Is the Magnetic Force an Exception to the Rule of Work?

[leolaw]

This is a true or false question relating magnetic field and work:
A current-carryign wire placed in a magnetic field will gain kentic energy as the wire accelerates in response to the magnetic force. However, in applying the definition of work, ( W = F * D * cos x ), we realize that the magnetic field cannot do work on a charged particle because the force on the particle is perpendicular to its motion. Froom this we conclude that the magnetic force is an exception to the rule.

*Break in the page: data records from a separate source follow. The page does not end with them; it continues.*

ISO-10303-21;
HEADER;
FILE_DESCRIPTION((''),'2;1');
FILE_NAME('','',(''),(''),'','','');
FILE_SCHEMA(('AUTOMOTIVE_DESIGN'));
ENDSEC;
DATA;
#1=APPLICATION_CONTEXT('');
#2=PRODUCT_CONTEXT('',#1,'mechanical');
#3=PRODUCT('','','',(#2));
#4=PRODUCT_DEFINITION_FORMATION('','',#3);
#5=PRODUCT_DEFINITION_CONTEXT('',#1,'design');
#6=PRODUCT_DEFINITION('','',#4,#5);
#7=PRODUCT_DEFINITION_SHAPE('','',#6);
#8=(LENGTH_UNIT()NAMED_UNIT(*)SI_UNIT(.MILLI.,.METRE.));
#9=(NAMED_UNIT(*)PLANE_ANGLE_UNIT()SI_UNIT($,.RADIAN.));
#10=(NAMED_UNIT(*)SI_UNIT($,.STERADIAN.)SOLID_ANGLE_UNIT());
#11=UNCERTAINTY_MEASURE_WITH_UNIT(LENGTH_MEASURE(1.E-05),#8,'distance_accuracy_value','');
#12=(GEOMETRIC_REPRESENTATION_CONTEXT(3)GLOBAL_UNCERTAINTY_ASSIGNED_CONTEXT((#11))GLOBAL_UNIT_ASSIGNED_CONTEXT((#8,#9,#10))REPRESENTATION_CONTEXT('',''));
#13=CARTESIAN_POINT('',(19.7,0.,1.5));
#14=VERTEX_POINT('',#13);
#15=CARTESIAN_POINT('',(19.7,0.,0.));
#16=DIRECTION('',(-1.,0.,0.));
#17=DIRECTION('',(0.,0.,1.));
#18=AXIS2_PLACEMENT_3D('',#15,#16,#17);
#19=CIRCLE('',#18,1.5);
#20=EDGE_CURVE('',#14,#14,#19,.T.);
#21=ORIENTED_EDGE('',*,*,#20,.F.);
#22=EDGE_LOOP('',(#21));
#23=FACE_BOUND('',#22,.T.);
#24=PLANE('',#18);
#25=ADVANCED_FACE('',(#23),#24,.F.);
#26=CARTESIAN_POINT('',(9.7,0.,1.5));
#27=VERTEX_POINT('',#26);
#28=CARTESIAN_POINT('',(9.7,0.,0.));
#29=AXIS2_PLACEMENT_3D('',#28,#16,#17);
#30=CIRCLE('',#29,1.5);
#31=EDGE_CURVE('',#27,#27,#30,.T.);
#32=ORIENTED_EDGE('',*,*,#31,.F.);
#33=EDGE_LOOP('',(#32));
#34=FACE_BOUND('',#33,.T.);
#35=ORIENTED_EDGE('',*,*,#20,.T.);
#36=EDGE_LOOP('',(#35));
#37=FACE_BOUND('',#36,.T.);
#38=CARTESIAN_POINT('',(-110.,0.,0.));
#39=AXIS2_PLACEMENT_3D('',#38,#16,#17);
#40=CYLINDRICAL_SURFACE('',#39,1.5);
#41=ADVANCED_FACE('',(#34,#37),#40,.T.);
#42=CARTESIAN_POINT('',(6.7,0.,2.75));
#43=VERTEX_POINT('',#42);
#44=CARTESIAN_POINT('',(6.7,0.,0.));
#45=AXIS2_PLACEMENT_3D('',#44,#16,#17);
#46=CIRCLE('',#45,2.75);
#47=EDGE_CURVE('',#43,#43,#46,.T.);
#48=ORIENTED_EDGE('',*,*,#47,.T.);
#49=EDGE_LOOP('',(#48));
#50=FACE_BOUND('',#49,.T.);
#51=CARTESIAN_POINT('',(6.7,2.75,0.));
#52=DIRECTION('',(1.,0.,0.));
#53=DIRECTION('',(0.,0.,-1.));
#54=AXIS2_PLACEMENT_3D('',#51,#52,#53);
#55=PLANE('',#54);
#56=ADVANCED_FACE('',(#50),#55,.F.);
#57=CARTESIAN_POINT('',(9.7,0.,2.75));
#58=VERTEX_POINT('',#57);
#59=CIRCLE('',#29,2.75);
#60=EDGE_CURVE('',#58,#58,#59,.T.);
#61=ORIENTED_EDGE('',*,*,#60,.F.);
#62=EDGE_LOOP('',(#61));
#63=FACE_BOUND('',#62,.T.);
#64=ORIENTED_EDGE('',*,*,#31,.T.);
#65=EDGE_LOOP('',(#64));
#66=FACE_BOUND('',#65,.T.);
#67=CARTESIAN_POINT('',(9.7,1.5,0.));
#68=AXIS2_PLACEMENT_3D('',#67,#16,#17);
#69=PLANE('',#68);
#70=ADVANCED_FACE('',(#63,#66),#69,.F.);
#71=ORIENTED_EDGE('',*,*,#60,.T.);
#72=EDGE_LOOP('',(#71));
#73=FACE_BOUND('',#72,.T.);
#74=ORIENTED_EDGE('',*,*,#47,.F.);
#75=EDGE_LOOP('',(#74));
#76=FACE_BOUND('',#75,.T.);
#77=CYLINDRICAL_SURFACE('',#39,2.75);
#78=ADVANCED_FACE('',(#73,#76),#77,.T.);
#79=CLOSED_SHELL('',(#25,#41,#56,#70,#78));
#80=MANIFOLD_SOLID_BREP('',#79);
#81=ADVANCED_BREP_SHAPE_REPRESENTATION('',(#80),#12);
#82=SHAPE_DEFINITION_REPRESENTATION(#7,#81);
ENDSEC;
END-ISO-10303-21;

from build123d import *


with BuildPart() as part:
    # Axial profile (mm) → Full revolution (revolve)
    with BuildSketch(Plane.XY, mode=Mode.PRIVATE) as full_revolution_sk:
        Polygon((6.7, 0), (19.7, 0), (19.7, 1.5), (9.7, 1.5), (9.7, 2.75), (6.7, 2.75), align=None)
    revolve(full_revolution_sk.sketch.rotate(Axis((-110, 0, 0), (1, 0, 0)), 90), axis=Axis((-110, 0, 0), (1, 0, 0)))


solid = part.part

Personally, i think the statement is false. but I really can't find a way to prove it.
Can someone throw in some insight into this?

 

[Spyder22]

well the wire will have an induced magnetic field in the opposite direction (because it is a moving charge) and this will "cancel" out part of the original field. I'm not really sure of the technical terms, but it something to do with decreasing the magnetic field and since it takes energy to create a magnetic field, this energy is used to accelerate the wire.

 

[Andrew Mason]

This is a true or false question relating magnetic field and work:
A current-carryign wire placed in a magnetic field will gain kentic energy as the wire accelerates in response to the magnetic force. However, in applying the definition of work, ( W = F * D * cos x ), we realize that the magnetic field cannot do work on a charged particle because the force on the particle is perpendicular to its motion. Froom this we conclude that the magnetic force is an exception to the rule.

Is this comparing the magnetic force on a current carrying conductor placed at right angles to a magnetic field with a charge moving at right angles to the magnetic field?

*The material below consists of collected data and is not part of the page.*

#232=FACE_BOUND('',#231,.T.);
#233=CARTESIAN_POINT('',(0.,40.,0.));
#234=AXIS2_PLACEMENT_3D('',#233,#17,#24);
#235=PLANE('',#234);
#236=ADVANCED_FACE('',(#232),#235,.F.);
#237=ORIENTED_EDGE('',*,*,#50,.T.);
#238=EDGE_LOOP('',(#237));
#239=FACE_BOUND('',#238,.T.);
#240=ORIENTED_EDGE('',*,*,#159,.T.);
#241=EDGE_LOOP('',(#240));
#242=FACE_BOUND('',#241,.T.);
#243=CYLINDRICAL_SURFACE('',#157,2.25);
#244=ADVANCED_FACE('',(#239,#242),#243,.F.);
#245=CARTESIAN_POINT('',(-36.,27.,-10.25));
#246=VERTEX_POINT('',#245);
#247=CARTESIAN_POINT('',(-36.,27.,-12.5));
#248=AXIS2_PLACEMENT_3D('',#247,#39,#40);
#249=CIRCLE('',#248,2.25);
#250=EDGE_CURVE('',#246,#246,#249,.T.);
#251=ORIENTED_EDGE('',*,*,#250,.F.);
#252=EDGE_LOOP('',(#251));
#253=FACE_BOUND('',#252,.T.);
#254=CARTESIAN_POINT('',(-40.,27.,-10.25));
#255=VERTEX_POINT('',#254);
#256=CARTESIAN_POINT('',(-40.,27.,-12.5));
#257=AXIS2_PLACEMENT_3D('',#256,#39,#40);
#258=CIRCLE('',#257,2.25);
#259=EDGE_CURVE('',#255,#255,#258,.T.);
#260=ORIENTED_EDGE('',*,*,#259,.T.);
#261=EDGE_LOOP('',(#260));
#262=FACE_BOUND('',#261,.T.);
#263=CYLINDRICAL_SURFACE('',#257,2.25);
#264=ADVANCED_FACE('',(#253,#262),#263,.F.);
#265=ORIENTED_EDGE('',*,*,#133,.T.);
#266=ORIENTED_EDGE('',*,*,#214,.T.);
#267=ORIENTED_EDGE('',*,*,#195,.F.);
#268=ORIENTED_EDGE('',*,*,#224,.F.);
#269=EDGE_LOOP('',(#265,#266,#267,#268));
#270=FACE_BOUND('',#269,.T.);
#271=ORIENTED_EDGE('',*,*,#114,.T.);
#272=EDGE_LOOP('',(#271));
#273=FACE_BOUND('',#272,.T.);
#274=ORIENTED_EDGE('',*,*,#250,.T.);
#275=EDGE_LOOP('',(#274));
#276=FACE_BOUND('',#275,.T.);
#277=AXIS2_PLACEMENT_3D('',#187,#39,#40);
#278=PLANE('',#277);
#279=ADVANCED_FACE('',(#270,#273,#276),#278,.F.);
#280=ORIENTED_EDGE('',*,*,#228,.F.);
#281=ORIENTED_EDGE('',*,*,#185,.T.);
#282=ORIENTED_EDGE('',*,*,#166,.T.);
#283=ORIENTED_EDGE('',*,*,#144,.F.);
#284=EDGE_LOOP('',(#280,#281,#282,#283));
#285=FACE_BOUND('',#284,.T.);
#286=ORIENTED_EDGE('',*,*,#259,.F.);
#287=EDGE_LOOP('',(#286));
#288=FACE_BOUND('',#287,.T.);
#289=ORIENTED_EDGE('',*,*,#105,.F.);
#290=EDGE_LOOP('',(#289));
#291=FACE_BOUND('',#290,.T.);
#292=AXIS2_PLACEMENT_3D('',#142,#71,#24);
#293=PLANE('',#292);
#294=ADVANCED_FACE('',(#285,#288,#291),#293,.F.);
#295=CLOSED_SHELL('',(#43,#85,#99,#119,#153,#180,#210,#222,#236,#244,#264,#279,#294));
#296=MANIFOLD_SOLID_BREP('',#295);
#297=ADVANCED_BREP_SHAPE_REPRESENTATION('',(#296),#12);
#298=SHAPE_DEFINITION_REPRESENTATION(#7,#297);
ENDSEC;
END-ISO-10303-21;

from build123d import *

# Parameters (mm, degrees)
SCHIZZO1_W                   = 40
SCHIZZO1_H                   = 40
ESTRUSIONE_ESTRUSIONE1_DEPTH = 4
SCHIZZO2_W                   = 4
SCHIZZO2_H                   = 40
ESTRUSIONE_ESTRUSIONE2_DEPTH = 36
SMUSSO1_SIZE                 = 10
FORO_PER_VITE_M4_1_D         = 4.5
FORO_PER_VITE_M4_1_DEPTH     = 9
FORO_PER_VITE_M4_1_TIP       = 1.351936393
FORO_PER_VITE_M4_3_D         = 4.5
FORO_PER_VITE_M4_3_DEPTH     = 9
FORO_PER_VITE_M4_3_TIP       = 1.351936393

For the moving charge, the magnetic field applies a force which is perpendicular to the charge's motion. As the charge moves, its direction of motion changes. But then, consequently, so does the force. As a result, the force is always at right angles to the direction of motion. In the definition of work: $W = FDcos\theta$ no work is done since the angle $\theta$ is always 90 degrees.

So I think the answer to the question is: True.

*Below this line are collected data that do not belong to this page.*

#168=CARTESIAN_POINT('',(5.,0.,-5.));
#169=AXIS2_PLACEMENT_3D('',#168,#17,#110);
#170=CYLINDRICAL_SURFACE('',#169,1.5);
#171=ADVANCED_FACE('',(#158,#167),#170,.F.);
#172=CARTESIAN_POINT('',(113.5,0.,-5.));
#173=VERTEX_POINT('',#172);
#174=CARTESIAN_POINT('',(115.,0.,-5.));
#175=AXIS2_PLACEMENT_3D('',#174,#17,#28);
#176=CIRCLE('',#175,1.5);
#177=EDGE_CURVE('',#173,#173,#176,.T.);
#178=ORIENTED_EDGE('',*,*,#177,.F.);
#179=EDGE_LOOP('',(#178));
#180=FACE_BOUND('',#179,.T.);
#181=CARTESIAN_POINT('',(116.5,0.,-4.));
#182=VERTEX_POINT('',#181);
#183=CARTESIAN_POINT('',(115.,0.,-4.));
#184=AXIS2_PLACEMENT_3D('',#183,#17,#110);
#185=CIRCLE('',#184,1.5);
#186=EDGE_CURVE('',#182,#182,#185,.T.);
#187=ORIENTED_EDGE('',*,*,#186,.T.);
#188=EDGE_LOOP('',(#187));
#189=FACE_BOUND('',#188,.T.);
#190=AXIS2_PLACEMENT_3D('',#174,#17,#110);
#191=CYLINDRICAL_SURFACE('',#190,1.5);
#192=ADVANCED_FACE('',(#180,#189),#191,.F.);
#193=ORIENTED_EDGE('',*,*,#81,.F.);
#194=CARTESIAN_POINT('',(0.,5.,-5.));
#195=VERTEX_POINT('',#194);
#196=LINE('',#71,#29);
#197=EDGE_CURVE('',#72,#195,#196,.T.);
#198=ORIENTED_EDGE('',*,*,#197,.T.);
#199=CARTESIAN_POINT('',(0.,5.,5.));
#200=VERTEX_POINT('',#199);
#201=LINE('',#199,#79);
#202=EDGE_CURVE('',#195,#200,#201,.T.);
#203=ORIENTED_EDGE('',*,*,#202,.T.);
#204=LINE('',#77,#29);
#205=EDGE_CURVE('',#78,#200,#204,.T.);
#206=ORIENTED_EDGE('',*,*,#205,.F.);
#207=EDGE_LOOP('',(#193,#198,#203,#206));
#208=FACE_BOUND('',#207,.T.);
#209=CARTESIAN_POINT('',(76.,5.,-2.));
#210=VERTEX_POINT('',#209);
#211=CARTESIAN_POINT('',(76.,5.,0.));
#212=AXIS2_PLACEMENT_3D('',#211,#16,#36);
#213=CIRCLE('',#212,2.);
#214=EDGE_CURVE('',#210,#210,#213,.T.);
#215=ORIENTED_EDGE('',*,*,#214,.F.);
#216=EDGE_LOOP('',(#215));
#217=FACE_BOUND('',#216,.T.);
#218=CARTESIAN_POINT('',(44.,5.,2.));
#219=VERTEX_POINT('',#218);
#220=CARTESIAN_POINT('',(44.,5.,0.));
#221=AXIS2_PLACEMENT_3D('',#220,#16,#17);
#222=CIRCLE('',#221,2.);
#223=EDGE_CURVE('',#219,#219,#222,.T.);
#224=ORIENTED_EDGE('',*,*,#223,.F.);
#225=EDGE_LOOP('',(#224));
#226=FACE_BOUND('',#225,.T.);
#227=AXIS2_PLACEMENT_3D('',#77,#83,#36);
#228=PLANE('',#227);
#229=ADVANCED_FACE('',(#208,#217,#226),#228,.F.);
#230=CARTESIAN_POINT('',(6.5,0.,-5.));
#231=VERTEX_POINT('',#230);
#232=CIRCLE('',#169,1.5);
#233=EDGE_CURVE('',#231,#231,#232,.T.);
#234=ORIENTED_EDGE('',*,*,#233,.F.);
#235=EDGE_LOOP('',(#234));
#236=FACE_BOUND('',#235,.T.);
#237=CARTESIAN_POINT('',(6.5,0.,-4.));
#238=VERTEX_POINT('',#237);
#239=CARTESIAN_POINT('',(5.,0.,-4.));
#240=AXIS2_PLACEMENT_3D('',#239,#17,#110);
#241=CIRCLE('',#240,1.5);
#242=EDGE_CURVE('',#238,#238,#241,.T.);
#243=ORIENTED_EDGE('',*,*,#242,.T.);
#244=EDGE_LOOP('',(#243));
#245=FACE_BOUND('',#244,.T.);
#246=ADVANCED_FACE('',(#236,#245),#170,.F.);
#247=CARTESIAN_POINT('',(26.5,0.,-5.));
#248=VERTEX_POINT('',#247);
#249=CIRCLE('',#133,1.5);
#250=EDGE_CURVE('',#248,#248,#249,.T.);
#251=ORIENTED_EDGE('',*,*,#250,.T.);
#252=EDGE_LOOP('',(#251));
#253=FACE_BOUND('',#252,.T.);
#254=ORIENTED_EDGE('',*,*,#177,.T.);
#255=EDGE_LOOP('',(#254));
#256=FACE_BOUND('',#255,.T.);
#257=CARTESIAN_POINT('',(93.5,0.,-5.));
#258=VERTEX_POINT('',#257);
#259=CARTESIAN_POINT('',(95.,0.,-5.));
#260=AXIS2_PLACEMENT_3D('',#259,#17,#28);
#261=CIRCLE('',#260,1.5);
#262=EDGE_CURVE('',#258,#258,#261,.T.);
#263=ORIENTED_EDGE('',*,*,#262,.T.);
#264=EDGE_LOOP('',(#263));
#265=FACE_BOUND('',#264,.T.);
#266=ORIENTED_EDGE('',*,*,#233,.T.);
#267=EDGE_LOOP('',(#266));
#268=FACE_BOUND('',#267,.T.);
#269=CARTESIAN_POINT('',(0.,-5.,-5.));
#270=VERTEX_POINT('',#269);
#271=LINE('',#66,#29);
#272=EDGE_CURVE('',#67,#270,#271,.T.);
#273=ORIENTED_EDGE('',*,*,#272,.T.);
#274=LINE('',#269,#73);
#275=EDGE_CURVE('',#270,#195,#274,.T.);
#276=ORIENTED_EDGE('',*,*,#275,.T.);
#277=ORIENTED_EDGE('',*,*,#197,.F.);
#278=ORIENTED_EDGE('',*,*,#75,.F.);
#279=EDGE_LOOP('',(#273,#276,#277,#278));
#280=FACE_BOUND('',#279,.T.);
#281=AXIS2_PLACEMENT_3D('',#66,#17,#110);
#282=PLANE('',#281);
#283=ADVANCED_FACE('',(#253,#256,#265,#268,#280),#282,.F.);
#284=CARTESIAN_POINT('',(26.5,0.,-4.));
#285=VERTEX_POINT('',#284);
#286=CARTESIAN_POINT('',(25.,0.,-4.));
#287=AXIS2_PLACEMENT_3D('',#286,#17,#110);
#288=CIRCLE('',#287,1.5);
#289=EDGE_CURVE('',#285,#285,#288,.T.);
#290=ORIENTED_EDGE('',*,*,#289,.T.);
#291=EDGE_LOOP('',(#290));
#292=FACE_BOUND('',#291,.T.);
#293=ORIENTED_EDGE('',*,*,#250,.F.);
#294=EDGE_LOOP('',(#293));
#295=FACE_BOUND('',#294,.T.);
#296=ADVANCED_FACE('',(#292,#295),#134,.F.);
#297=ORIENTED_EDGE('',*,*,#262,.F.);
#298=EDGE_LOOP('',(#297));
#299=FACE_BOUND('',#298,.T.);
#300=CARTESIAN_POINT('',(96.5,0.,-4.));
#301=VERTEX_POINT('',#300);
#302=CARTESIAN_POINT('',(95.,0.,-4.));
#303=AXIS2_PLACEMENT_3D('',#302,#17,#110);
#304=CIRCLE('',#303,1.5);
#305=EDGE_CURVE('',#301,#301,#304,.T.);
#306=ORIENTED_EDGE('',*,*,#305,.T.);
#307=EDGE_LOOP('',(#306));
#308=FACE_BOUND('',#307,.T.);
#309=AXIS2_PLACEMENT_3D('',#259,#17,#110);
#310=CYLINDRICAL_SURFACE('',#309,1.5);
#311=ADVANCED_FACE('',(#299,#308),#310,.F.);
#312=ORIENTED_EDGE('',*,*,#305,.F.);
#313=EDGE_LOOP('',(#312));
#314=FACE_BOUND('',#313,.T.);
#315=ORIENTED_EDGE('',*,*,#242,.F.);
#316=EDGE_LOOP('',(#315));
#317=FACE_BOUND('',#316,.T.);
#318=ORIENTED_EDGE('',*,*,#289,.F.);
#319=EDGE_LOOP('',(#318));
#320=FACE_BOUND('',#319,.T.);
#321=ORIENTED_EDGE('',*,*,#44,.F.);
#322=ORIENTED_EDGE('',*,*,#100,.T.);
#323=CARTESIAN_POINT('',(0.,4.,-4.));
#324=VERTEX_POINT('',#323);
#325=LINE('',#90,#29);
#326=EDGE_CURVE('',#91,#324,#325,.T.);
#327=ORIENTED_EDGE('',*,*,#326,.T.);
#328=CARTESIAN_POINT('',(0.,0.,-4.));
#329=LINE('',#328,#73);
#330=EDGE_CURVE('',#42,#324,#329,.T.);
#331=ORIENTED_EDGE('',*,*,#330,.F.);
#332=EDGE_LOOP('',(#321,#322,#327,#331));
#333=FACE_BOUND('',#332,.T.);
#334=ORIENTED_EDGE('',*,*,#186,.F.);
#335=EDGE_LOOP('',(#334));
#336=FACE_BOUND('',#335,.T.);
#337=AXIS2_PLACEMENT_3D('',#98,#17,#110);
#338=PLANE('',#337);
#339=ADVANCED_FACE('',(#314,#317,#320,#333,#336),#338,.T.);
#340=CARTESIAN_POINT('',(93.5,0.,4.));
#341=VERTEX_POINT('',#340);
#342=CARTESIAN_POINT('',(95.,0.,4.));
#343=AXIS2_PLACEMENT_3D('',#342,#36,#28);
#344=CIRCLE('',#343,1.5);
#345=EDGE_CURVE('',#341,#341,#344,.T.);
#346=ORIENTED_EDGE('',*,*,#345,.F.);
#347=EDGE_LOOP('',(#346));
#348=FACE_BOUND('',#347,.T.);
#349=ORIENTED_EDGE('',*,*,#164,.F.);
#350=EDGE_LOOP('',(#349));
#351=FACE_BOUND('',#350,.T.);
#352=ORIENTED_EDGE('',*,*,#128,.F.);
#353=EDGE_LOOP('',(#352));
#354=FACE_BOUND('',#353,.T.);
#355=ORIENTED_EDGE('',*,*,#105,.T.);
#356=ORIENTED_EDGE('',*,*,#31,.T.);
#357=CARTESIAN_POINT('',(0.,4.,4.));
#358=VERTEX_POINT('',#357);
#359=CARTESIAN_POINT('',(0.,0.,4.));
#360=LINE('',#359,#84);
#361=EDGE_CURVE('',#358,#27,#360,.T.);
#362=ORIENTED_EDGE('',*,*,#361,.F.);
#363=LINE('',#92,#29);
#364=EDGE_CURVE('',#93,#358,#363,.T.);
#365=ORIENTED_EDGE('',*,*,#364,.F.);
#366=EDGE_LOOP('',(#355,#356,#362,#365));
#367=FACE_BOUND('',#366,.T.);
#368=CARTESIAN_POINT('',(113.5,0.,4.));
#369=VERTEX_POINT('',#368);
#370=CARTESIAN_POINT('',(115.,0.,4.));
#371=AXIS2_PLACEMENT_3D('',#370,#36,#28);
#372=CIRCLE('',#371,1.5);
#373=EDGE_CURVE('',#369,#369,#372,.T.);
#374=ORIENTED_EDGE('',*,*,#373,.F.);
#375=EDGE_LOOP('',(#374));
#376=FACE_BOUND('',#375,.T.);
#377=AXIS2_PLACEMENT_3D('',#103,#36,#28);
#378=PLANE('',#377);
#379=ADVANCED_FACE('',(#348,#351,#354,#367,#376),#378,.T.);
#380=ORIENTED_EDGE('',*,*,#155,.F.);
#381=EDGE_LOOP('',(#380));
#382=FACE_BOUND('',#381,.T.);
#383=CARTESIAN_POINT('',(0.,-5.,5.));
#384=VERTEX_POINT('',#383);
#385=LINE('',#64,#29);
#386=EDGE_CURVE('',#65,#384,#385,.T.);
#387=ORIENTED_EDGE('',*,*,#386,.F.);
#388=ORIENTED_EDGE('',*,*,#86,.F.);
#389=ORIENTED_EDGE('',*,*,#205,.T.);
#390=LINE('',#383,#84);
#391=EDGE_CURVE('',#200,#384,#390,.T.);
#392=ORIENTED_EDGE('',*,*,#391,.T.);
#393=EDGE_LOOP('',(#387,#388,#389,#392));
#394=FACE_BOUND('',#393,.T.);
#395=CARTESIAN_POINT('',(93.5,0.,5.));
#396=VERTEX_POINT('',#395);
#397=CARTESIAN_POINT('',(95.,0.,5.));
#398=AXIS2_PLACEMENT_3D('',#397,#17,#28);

But the problem is that a moving charge passing through a magnetic field perpendicular to its motion will emit electromagnetic radiation and, therefore, it will lose kinetic energy.

So where does the energy comes from if the magnetic field does not do any work at all on the electron?

AM

 

[leolaw]

If it isn't the magnetic field, which is doing the work on charging particle, what other thing is doing the work? I know that it must have something working on the particles becasue W = fd.
Does it have anything to do with the premability of free space?

 

[Andrew Mason]

If it isn't the magnetic field, which is doing the work on charging particle, what other thing is doing the work? I know that it must have something working on the particles becasue W = fd.
Does it have anything to do with the premability of free space?

What makes you think that work is being done on the particle?

AM

 

[leolaw]

Well, i think if it has force exerted on it, and it moves in a distance (particles in the wire accelerate perpendicular to the field), so W = F*d
That why i am thinking that something has done work on it. But the problem is that the Force is perpendicular to the magnetic field, thus the work done to the particle is F * d * cos 90, which would give us zero Joules.
Uh...i don't think i make sense, but if an object has force exerted upon it, it should have work done to it as well right?

 

[jtbell]

There are other forces involved here besides the magnetic force on the electrons. Consider the difference in behavior between a beam of electrons (without a wire) traveling perpendicularly to the magnetic field, and a current of electrons in a straight wire that is oriented perpendicularly to the field. The beam curves in a circular path, but the wire stays straight and accelerates perpendicularly to its length. What does the wire have that the beam doesn't have?

 

[leolaw]

It has a path (which is the cable) that the particles have to follow through

 

[Touchkin]

Let's assume that:

-the current is going upwards,
-Lorenz's force is directed to the left;

What would happen if there was no wire (the charged particles were in free space)? They would turn to the left.

The wire doesn't let them turn left (you guys are right: there is a path). So the particles are exerted not only to the magnetic force, but also to the force F of the reaction of the wire (it is directed to the right).

Accoarding to the 3d Newton's law the particles apply force T (T=-F) for the wire.

So, the work that accelerates the cabel is done by the force T.

NO EXCEPTION AND NO CONTRADICTION WITH THE CONSERVATION OF ENERGY PRINCIPLE!